15 janvier 2014

En Roumanie, plus de 20 000 jeunes filles de moins de 19 ans deviennent mères tous les ans. Pour 4000 d'entre elles, il s'agit de leur deuxième grossesse.

De nombreux centres de planning familial ferment

Ces chiffres ont été présentés début décembre 2013 par le Centre pour un journalisme indépendant (CJI), le Centre euro régional pour les initiatives publiques (ECPI) et la Société pour l'éducation contraceptive et sexuelle (SECS). Ces organismes ont souligné le caractère alarmant de ces statistiques alors que de nombreux centres de planning familiaux ferment et que les stocks de contraceptifs gratuits s'épuisent.

« En juin 2013, la Roumanie s'est engagée devant l'ONU à adopter une stratégie nationale en matière de droits sexuels et reproductifs. L'Etat devait mettre en place des cours d'éducation sexuelle obligatoire et adaptée dans les écoles roumaines. En dépit de ces engagements, le budget 2014 n'alloue aucune ressource pour le développement de programmes dans ce domaine. Nous attirons l'attention sur le besoin urgent de mettre en pratique ces actions. Tout retard dans ce domaine est une grave atteinte aux droits à la santé, à la dignité et à la non-discrimination », a déclaré Iustina Ionescu, avocate spécialisée en droits de l'homme.
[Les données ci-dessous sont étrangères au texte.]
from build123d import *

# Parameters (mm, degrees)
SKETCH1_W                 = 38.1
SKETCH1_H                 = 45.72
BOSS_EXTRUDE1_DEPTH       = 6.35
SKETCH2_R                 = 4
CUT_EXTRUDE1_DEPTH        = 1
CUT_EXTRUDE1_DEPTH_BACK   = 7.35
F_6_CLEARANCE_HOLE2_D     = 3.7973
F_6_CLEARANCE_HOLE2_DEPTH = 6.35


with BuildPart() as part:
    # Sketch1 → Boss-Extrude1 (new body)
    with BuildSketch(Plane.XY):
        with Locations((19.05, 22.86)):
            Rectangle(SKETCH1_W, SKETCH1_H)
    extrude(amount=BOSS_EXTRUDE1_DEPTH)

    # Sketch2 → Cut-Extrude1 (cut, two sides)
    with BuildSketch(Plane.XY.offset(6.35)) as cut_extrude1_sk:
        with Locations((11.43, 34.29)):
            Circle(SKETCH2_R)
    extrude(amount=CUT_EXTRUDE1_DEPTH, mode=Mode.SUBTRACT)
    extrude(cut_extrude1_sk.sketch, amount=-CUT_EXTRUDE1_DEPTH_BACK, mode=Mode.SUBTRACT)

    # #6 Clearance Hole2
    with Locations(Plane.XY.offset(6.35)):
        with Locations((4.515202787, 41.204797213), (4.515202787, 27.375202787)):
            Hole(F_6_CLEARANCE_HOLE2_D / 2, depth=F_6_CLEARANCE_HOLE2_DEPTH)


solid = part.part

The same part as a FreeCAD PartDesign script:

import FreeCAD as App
import Part
import Sketcher
Q = App.Units.Quantity


def add_polygon(sketch, points):
    """Adds a closed chain of lines whose ends are joined by coincident constraints."""
    first, n = sketch.GeometryCount, len(points)
    for a, b in zip(points, points[1:] + points[:1]):
        sketch.addGeometry(Part.LineSegment(App.Vector(*a, 0), App.Vector(*b, 0)), False)
    for i in range(n):
        sketch.addConstraint(Sketcher.Constraint("Coincident", first + i, 2, first + (i + 1) % n, 1))

doc = App.newDocument("Part")
params = doc.addObject("Spreadsheet::Sheet", "Params")
for row, (alias, value) in enumerate([
    ("sketch1_width", "1.5 in"),
    ("sketch1_height", "1.8 in"),
    ("pad1_length", "0.25 in"),
    ("hole_diameter", "0.1495 in"),
    ("hole_depth", "0.25 in"),
], start=1):
    params.set(f"A{row}", alias)
    params.set(f"B{row}", "=" + value)
    params.setAlias(f"B{row}", alias)

body = doc.addObject("PartDesign::Body", "Body")

# Sketch on XY plane
sketch1 = body.newObject("Sketcher::SketchObject", "Sketch")
sketch1.AttachmentSupport = (doc.getObject("XY_Plane"), [""])
sketch1.MapMode = "FlatFace"
add_polygon(sketch1, [(0, 46), (0, 0), (38, 0), (38, 46)])  # lines 0-3
sketch1.addConstraint([
    Sketcher.Constraint("Vertical", 0),
    Sketcher.Constraint("Horizontal", 1),
    Sketcher.Constraint("Vertical", 2),
    Sketcher.Constraint("Horizontal", 3),
    Sketcher.Constraint("Coincident", 0, 2, -1, 1),
    Sketcher.Constraint("DistanceX", 1, 1, 1, 2, Q("1.5 in")),
    Sketcher.Constraint("DistanceY", 0, 2, 0, 1, Q("1.8 in")),
])
sketch1.setExpression("Constraints[9]", "Params.sketch1_width")
sketch1.setExpression("Constraints[10]", "Params.sketch1_height")
pad1 = body.newObject("PartDesign::Pad", "Pad")
pad1.Profile = sketch1
pad1.setExpression("Length", "Params.pad1_length")

# Sketch on XY plane
sketch2 = body.newObject("Sketcher::SketchObject", "Sketch001")
sketch2.AttachmentSupport = (doc.getObject("XY_Plane"), [""])
sketch2.MapMode = "FlatFace"
sketch2.AttachmentOffset = App.Placement(App.Vector(0, 0, 0.25 * 25.4), App.Rotation())
sketch2.addGeometry(Part.Circle(App.Vector(11.4, 34.3, 0), App.Vector(0, 0, 1), 4), False)
sketch2.addConstraint([
    Sketcher.Constraint("Diameter", 0, Q("8 mm")),
    Sketcher.Constraint("DistanceX", -1, 1, 0, 3, Q("0.45 in")),
    Sketcher.Constraint("DistanceY", -1, 1, 0, 3, Q("1.35 in")),
])
pocket1 = body.newObject("PartDesign::Pocket", "Pocket")
pocket1.Profile = sketch2
pocket1.Type = "ThroughAll"
pocket1.Midplane = True

# Sketch on XY plane
sketch3 = body.newObject("Sketcher::SketchObject", "Sketch002")
sketch3.AttachmentSupport = (doc.getObject("XY_Plane"), [""])
sketch3.MapMode = "FlatFace"
sketch3.AttachmentOffset = App.Placement(App.Vector(0, 0, 0.25 * 25.4), App.Rotation())
sketch3.addGeometry([
    Part.Circle(App.Vector(4.5, 41.2, 0), App.Vector(0, 0, 1), 1.9),
    Part.Circle(App.Vector(4.5, 27.4, 0), App.Vector(0, 0, 1), 1.9),
], False)
sketch3.addConstraint([
    Sketcher.Constraint("Equal", 0, 1),
    Sketcher.Constraint("Vertical", 0, 3, 1, 3),
    Sketcher.Constraint("Diameter", 0, Q("0.1495 in")),
    Sketcher.Constraint("DistanceX", -1, 1, 0, 3, Q("4.515203 mm")),
    Sketcher.Constraint("DistanceY", -1, 1, 0, 3, Q("41.204797 mm")),
    Sketcher.Constraint("DistanceY", -1, 1, 1, 3, Q("27.375203 mm")),
])
doc.recompute()
hole = body.newObject("PartDesign::Hole", "Hole")
hole.Profile = sketch3
hole.ThreadType = "None"
hole.setExpression("Diameter", "Params.hole_diameter")
hole.DepthType = "Dimension"
hole.setExpression("Depth", "Params.hole_depth")
hole.DrillPoint = "Flat"

doc.recompute()
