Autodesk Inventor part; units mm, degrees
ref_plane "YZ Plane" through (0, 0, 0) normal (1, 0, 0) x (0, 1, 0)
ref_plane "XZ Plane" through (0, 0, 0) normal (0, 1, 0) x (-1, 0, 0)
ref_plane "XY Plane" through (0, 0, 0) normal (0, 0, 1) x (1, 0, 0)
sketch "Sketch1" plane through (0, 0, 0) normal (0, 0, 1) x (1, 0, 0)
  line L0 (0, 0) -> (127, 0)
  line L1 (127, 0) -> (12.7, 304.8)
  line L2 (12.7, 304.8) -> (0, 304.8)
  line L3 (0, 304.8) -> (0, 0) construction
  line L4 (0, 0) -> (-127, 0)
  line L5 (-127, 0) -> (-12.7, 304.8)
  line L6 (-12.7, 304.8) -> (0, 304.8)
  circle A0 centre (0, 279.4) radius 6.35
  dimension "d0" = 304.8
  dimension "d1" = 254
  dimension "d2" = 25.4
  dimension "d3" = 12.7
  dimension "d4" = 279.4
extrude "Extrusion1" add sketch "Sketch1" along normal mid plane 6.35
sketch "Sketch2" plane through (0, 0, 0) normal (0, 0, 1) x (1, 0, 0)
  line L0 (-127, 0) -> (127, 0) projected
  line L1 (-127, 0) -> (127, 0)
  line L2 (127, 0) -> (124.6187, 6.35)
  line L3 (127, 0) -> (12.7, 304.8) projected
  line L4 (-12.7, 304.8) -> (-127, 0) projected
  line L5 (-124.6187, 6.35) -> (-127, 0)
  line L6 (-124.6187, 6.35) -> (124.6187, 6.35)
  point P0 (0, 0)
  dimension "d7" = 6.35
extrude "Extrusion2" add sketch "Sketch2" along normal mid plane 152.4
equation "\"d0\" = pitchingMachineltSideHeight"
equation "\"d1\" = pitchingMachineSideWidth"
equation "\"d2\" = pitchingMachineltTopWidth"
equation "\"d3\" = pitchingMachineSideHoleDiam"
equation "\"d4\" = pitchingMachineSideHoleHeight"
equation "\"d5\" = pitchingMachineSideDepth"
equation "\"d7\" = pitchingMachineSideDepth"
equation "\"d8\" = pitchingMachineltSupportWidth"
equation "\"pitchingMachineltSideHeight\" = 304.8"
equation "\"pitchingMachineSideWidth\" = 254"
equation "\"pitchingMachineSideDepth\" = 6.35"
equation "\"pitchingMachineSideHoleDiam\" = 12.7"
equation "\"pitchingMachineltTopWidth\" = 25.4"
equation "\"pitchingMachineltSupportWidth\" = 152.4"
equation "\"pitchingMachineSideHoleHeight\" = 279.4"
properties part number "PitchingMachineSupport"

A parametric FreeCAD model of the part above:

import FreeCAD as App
import Part
import Sketcher
from FreeCAD import Vector
Q = App.Units.Quantity

doc = App.newDocument("Part")
body = doc.addObject("PartDesign::Body", "Body")

# Sketch on XY plane
sketch1 = body.newObject("Sketcher::SketchObject", "Sketch")
sketch1.AttachmentSupport = (doc.getObject("XY_Plane"), [""])
sketch1.MapMode = "FlatFace"
sketch1.addGeometry([
    Part.LineSegment(Vector(-127, 0, 0), Vector(127, 0, 0)),  # 0
    Part.LineSegment(Vector(127, 0, 0), Vector(13, 305, 0)),  # 1
    Part.LineSegment(Vector(13, 305, 0), Vector(-13, 305, 0)),  # 2
    Part.LineSegment(Vector(-13, 305, 0), Vector(-127, 0, 0)),  # 3
    Part.Circle(Vector(0, 279, 0), Vector(0, 0, 1), 6),  # 4
], False)
sketch1.addConstraint([
    Sketcher.Constraint("Coincident", 0, 2, 1, 1),
    Sketcher.Constraint("Coincident", 1, 2, 2, 1),
    Sketcher.Constraint("Coincident", 2, 2, 3, 1),
    Sketcher.Constraint("Coincident", 3, 2, 0, 1),
    Sketcher.Constraint("Horizontal", 0),
    Sketcher.Constraint("Horizontal", 2),
    Sketcher.Constraint("Symmetric", 0, 2, 3, 2, -1, 1),
    Sketcher.Constraint("PointOnObject", 4, 3, -2),
    Sketcher.Constraint("Equal", 1, 3),
    Sketcher.Constraint("Diameter", 4, Q("0.5 in")),
    Sketcher.Constraint("DistanceX", 0, 1, 0, 2, Q("10 in")),
    Sketcher.Constraint("DistanceX", 2, 2, 2, 1, Q("1 in")),
    Sketcher.Constraint("DistanceY", -1, 1, 4, 3, Q("11 in")),
    Sketcher.Constraint("DistanceY", -1, 1, 1, 2, Q("12 in")),
])
pad1 = body.newObject("PartDesign::Pad", "Pad")
pad1.Profile = sketch1
pad1.Length = Q("0.25 in")
pad1.Midplane = True

# Sketch on XY plane
sketch2 = body.newObject("Sketcher::SketchObject", "Sketch001")
sketch2.AttachmentSupport = (doc.getObject("XY_Plane"), [""])
sketch2.MapMode = "FlatFace"
sketch2.addGeometry([
    Part.LineSegment(Vector(-125, 6, 0), Vector(-127, 0, 0)),
    Part.LineSegment(Vector(-127, 0, 0), Vector(127, 0, 0)),
    Part.LineSegment(Vector(127, 0, 0), Vector(125, 6, 0)),
    Part.LineSegment(Vector(125, 6, 0), Vector(-125, 6, 0)),
], False)
sketch2.addConstraint([
    Sketcher.Constraint("Coincident", 0, 2, 1, 1),
    Sketcher.Constraint("Coincident", 1, 2, 2, 1),
    Sketcher.Constraint("Coincident", 2, 2, 3, 1),
    Sketcher.Constraint("Coincident", 3, 2, 0, 1),
    Sketcher.Constraint("Horizontal", 1),
    Sketcher.Constraint("Horizontal", 3),
    Sketcher.Constraint("Symmetric", 0, 2, 1, 2, -1, 1),
    Sketcher.Constraint("Equal", 0, 2),
    Sketcher.Constraint("DistanceX", 1, 1, 1, 2, Q("10 in")),
    Sketcher.Constraint("DistanceY", -1, 1, 2, 2, Q("0.25 in")),
    Sketcher.Constraint("DistanceX", 3, 2, 3, 1, Q("9.8125 in")),
])
pad2 = body.newObject("PartDesign::Pad", "Pad001")
pad2.Profile = sketch2
pad2.Length = Q("6 in")
pad2.Midplane = True

doc.recompute()
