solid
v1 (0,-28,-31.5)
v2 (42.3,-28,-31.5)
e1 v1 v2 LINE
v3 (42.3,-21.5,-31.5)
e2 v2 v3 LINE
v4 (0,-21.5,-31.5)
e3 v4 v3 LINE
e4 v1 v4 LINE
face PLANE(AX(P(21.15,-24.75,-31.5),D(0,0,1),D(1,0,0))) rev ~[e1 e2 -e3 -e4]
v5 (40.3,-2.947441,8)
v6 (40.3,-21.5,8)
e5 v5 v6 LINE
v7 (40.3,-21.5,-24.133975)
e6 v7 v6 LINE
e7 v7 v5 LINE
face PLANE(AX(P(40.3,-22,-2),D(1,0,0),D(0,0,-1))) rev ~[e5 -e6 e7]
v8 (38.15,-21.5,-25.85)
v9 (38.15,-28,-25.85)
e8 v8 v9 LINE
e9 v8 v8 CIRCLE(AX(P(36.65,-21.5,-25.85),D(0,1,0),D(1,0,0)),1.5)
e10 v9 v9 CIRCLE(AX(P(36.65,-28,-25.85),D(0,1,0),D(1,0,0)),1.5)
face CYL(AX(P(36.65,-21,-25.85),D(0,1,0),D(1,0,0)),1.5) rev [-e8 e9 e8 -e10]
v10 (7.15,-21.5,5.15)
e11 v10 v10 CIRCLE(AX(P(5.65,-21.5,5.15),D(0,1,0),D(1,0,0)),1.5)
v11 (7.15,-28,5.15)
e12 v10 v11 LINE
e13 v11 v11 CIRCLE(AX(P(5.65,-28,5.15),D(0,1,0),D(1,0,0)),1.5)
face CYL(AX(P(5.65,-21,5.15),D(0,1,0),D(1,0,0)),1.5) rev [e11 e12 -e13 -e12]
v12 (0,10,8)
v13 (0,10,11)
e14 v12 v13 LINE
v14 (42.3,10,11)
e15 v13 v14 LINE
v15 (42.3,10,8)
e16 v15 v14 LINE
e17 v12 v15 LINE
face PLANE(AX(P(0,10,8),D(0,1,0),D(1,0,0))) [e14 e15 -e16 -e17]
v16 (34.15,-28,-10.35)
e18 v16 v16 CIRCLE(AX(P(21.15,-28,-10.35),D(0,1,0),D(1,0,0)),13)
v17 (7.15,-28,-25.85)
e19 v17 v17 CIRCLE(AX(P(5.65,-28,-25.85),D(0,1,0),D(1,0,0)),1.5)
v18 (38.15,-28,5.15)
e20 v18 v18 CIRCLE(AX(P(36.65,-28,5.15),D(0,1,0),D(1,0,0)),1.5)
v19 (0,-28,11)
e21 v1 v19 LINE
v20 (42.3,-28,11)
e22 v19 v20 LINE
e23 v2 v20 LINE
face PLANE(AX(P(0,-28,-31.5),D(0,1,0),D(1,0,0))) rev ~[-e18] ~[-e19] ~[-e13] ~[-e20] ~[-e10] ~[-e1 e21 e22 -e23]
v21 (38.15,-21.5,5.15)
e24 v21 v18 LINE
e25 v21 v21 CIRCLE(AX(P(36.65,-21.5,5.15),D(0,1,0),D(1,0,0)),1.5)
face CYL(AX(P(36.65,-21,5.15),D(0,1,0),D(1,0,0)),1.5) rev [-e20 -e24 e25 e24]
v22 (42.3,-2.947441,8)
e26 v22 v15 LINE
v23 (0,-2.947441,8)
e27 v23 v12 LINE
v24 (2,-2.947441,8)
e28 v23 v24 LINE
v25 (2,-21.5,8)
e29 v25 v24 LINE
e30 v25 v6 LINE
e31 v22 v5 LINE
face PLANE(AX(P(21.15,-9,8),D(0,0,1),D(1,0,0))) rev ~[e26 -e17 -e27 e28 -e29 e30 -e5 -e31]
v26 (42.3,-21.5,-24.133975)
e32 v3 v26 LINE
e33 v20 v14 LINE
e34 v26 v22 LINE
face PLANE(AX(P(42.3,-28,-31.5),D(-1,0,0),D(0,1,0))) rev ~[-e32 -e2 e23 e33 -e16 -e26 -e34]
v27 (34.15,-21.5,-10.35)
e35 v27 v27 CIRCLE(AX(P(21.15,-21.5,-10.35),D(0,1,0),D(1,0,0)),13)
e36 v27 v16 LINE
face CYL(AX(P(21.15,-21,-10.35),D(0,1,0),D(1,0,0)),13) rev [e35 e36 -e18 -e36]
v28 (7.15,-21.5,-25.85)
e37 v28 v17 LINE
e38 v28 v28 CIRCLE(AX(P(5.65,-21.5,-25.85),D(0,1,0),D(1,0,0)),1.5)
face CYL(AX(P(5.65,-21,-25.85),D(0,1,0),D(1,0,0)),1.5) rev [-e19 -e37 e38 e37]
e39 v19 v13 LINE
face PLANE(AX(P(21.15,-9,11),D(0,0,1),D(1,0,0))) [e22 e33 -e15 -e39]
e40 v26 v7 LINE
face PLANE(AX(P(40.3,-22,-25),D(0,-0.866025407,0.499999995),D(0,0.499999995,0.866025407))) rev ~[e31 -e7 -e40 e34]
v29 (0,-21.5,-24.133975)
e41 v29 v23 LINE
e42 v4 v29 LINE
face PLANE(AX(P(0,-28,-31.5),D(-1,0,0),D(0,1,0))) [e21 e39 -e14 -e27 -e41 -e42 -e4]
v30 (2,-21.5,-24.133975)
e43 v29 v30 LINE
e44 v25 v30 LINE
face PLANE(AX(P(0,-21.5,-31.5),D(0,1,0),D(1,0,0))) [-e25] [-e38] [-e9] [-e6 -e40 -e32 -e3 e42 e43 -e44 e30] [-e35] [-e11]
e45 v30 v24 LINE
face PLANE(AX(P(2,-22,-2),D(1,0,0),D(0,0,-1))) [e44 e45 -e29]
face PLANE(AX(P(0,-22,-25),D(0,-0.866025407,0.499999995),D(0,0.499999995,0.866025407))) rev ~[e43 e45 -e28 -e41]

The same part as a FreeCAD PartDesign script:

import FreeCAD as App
import Part
import Sketcher
Q = App.Units.Quantity


def add_polygon(sketch, points):
    """Adds a closed chain of lines whose ends are joined by coincident constraints."""
    first, n = sketch.GeometryCount, len(points)
    for a, b in zip(points, points[1:] + points[:1]):
        sketch.addGeometry(Part.LineSegment(App.Vector(*a, 0), App.Vector(*b, 0)), False)
    for i in range(n):
        sketch.addConstraint(Sketcher.Constraint("Coincident", first + i, 2, first + (i + 1) % n, 1))

doc = App.newDocument("Part")
body = doc.addObject("PartDesign::Body", "Body")

# Sketch on XY plane
sketch1 = body.newObject("Sketcher::SketchObject", "Sketch")
sketch1.AttachmentSupport = (doc.getObject("XY_Plane"), [""])
sketch1.MapMode = "FlatFace"
sketch1.AttachmentOffset = App.Placement(App.Vector(0, 0, -25.5), App.Rotation())
add_polygon(sketch1, [(0, -19), (0, -43), (44, -43), (44, -19)])  # lines 0-3
sketch1.addConstraint(Sketcher.Constraint("Vertical", 0))
sketch1.addConstraint(Sketcher.Constraint("Horizontal", 1))
sketch1.addConstraint(Sketcher.Constraint("Vertical", 2))
sketch1.addConstraint(Sketcher.Constraint("Horizontal", 3))
sketch1.addConstraint(Sketcher.Constraint("PointOnObject", 0, 2, -2))
sketch1.addConstraint(Sketcher.Constraint("DistanceX", 1, 1, 1, 2, Q("44 mm")))
sketch1.addConstraint(Sketcher.Constraint("DistanceY", 0, 2, 0, 1, Q("24 mm")))
sketch1.addConstraint(Sketcher.Constraint("DistanceY", 0, 2, -1, 1, Q("43 mm")))
pad1 = body.newObject("PartDesign::Pad", "Pad")
pad1.Profile = sketch1
pad1.Length = 70
body2 = doc.addObject("PartDesign::Body", "Body001")

# Sketch on YZ plane
sketch2 = body2.newObject("Sketcher::SketchObject", "Sketch001")
sketch2.AttachmentSupport = (doc.getObject("YZ_Plane001"), [""])
sketch2.MapMode = "FlatFace"
add_polygon(sketch2, [(-19, -21), (1, 14), (-39, 14)])  # lines 0-2
sketch2.addConstraint(Sketcher.Constraint("Horizontal", 1))
sketch2.addConstraint(Sketcher.Constraint("Equal", 0, 2))
sketch2.addConstraint(Sketcher.Constraint("Angle", 0, Q("60 deg")))
sketch2.addConstraint(Sketcher.Constraint("DistanceX", 2, 2, -1, 1, Q("19 mm")))
sketch2.addConstraint(Sketcher.Constraint("DistanceY", 2, 2, -1, 1, Q("21 mm")))
sketch2.addConstraint(Sketcher.Constraint("DistanceY", -1, 1, 0, 2, Q("13.5 mm")))
pad2 = body2.newObject("PartDesign::Pad", "Pad001")
pad2.Profile = sketch2
pad2.Length = 2
doc.recompute()

boolean = body2.newObject("PartDesign::Boolean", "Boolean")
boolean.Type = "Cut"
boolean.addObjects([body])
body3 = doc.addObject("PartDesign::Body", "Body002")
doc.recompute()

body2.Placement = App.Placement(App.Vector(0, -3, -4), App.Rotation(App.Vector(0, 0, 1), 0))
boolean2 = body3.newObject("PartDesign::Boolean", "Boolean001")
boolean2.Type = "Fuse"
boolean2.addObjects([body2])
body4 = doc.addObject("PartDesign::Body", "Body003")

# Sketch on XY plane
sketch3 = body4.newObject("Sketcher::SketchObject", "Sketch002")
sketch3.AttachmentSupport = (doc.getObject("XY_Plane003"), [""])
sketch3.MapMode = "FlatFace"
sketch3.AttachmentOffset = App.Placement(App.Vector(0, 0, 8), App.Rotation())
add_polygon(sketch3, [(0, 10), (0, -28), (42, -28), (42, 10)])  # lines 0-3
sketch3.addConstraint(Sketcher.Constraint("Vertical", 0))
sketch3.addConstraint(Sketcher.Constraint("Horizontal", 1))
sketch3.addConstraint(Sketcher.Constraint("Vertical", 2))
sketch3.addConstraint(Sketcher.Constraint("Horizontal", 3))
sketch3.addConstraint(Sketcher.Constraint("PointOnObject", 0, 2, -2))
sketch3.addConstraint(Sketcher.Constraint("DistanceY", 0, 2, 0, 1, Q("38 mm")))
sketch3.addConstraint(Sketcher.Constraint("DistanceX", 1, 1, 1, 2, Q("42.3 mm")))
sketch3.addConstraint(Sketcher.Constraint("DistanceY", 0, 2, -1, 1, Q("28 mm")))
pad3 = body4.newObject("PartDesign::Pad", "Pad002")
pad3.Profile = sketch3
pad3.Length = 3
body5 = doc.addObject("PartDesign::Body", "Body004")

# Sketch on XZ plane
sketch4 = body5.newObject("Sketcher::SketchObject", "Sketch003")
sketch4.AttachmentSupport = (doc.getObject("XZ_Plane004"), [""])
sketch4.MapMode = "FlatFace"
sketch4.AttachmentOffset = App.Placement(App.Vector(0, 0, 14), App.Rotation())
sketch4.addGeometry(Part.Circle(App.Vector(21, 21, 0), App.Vector(0, 0, 1), 13), False)
sketch4.addConstraint(Sketcher.Constraint("Diameter", 0, Q("26 mm")))
sketch4.addConstraint(Sketcher.Constraint("DistanceX", -1, 1, 0, 3, Q("21.15 mm")))
sketch4.addConstraint(Sketcher.Constraint("DistanceY", -1, 1, 0, 3, Q("21.15 mm")))
pad4 = body5.newObject("PartDesign::Pad", "Pad003")
pad4.Profile = sketch4
pad4.Length = 10
body6 = doc.addObject("PartDesign::Body", "Body005")

# Sketch on XZ plane
sketch5 = body6.newObject("Sketcher::SketchObject", "Sketch004")
sketch5.AttachmentSupport = (doc.getObject("XZ_Plane005"), [""])
sketch5.MapMode = "FlatFace"
sketch5.AttachmentOffset = App.Placement(App.Vector(0, 0, 14), App.Rotation())
sketch5.addGeometry(Part.Circle(App.Vector(5.7, 36.6, 0), App.Vector(0, 0, 1), 1.5), False)
sketch5.addConstraint(Sketcher.Constraint("Diameter", 0, Q("3 mm")))
sketch5.addConstraint(Sketcher.Constraint("DistanceX", -1, 1, 0, 3, Q("5.65 mm")))
sketch5.addConstraint(Sketcher.Constraint("DistanceY", -1, 1, 0, 3, Q("36.65 mm")))
pad5 = body6.newObject("PartDesign::Pad", "Pad004")
pad5.Profile = sketch5
pad5.Length = 10
body7 = doc.addObject("PartDesign::Body", "Body006")

# Sketch on XZ plane
sketch6 = body7.newObject("Sketcher::SketchObject", "Sketch005")
sketch6.AttachmentSupport = (doc.getObject("XZ_Plane006"), [""])
sketch6.MapMode = "FlatFace"
sketch6.AttachmentOffset = App.Placement(App.Vector(0, 0, 14), App.Rotation())
sketch6.addGeometry(Part.Circle(App.Vector(36.6, 5.7, 0), App.Vector(0, 0, 1), 1.5), False)
sketch6.addConstraint(Sketcher.Constraint("Diameter", 0, Q("3 mm")))
sketch6.addConstraint(Sketcher.Constraint("DistanceX", -1, 1, 0, 3, Q("36.65 mm")))
sketch6.addConstraint(Sketcher.Constraint("DistanceY", -1, 1, 0, 3, Q("5.65 mm")))
pad6 = body7.newObject("PartDesign::Pad", "Pad005")
pad6.Profile = sketch6
pad6.Length = 10
body8 = doc.addObject("PartDesign::Body", "Body007")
Un déclin en matière de santé sexuelle et reproductive

Selon les données de l'Institut National de Statistiques et du Ministère de Travail, publiées le 20 novembre, plus de 90 000 jeunes filles de moins de 19 ans, dont 3 024 de moins de 15 ans, sont devenues mères entre 2009 et 2012. Près de 39 000 ont subi une interruption volontaire de grossesse sur la même période.

Ces chiffres révèlent une détérioration significative de la santé sexuelle et reproductive en Roumanie, par rapport aux autres pays de l'Union européenne.

« Ce qui été autrefois un risque, est devenu aujourd'hui un problème de santé publique », a averti Iustina Ionescu.

Le pays disposait jusqu'en 2008 d'une stratégie dans le domaine qui a permis d'améliorer significativement l'accès aux moyens de contraception. Aujourd'hui, tous ces progrès sont aujourd'hui menacés.

« Sans stratégie, on ne peut définir de priorités », a déclaré à son tour Ioana Avadani, directrice du CJI. « Et sans priorité, on n'alloue pas de ressources. Les choses vont empirer. Nous nous cachons derrière une fausse pudeur au lieu d'adopter les mesures nécessaires pour permettre aux jeunes de faire des choix informés. »

Il est essentiel de mettre en œuvre la Déclaration universelle des droits de l'homme. Nous devons consacrer du temps et des ressources pour sa mise en œuvre. Les doits sexuels et reproductifs sont des droits de basiques. Les jeunes doivent être informés et éduqués.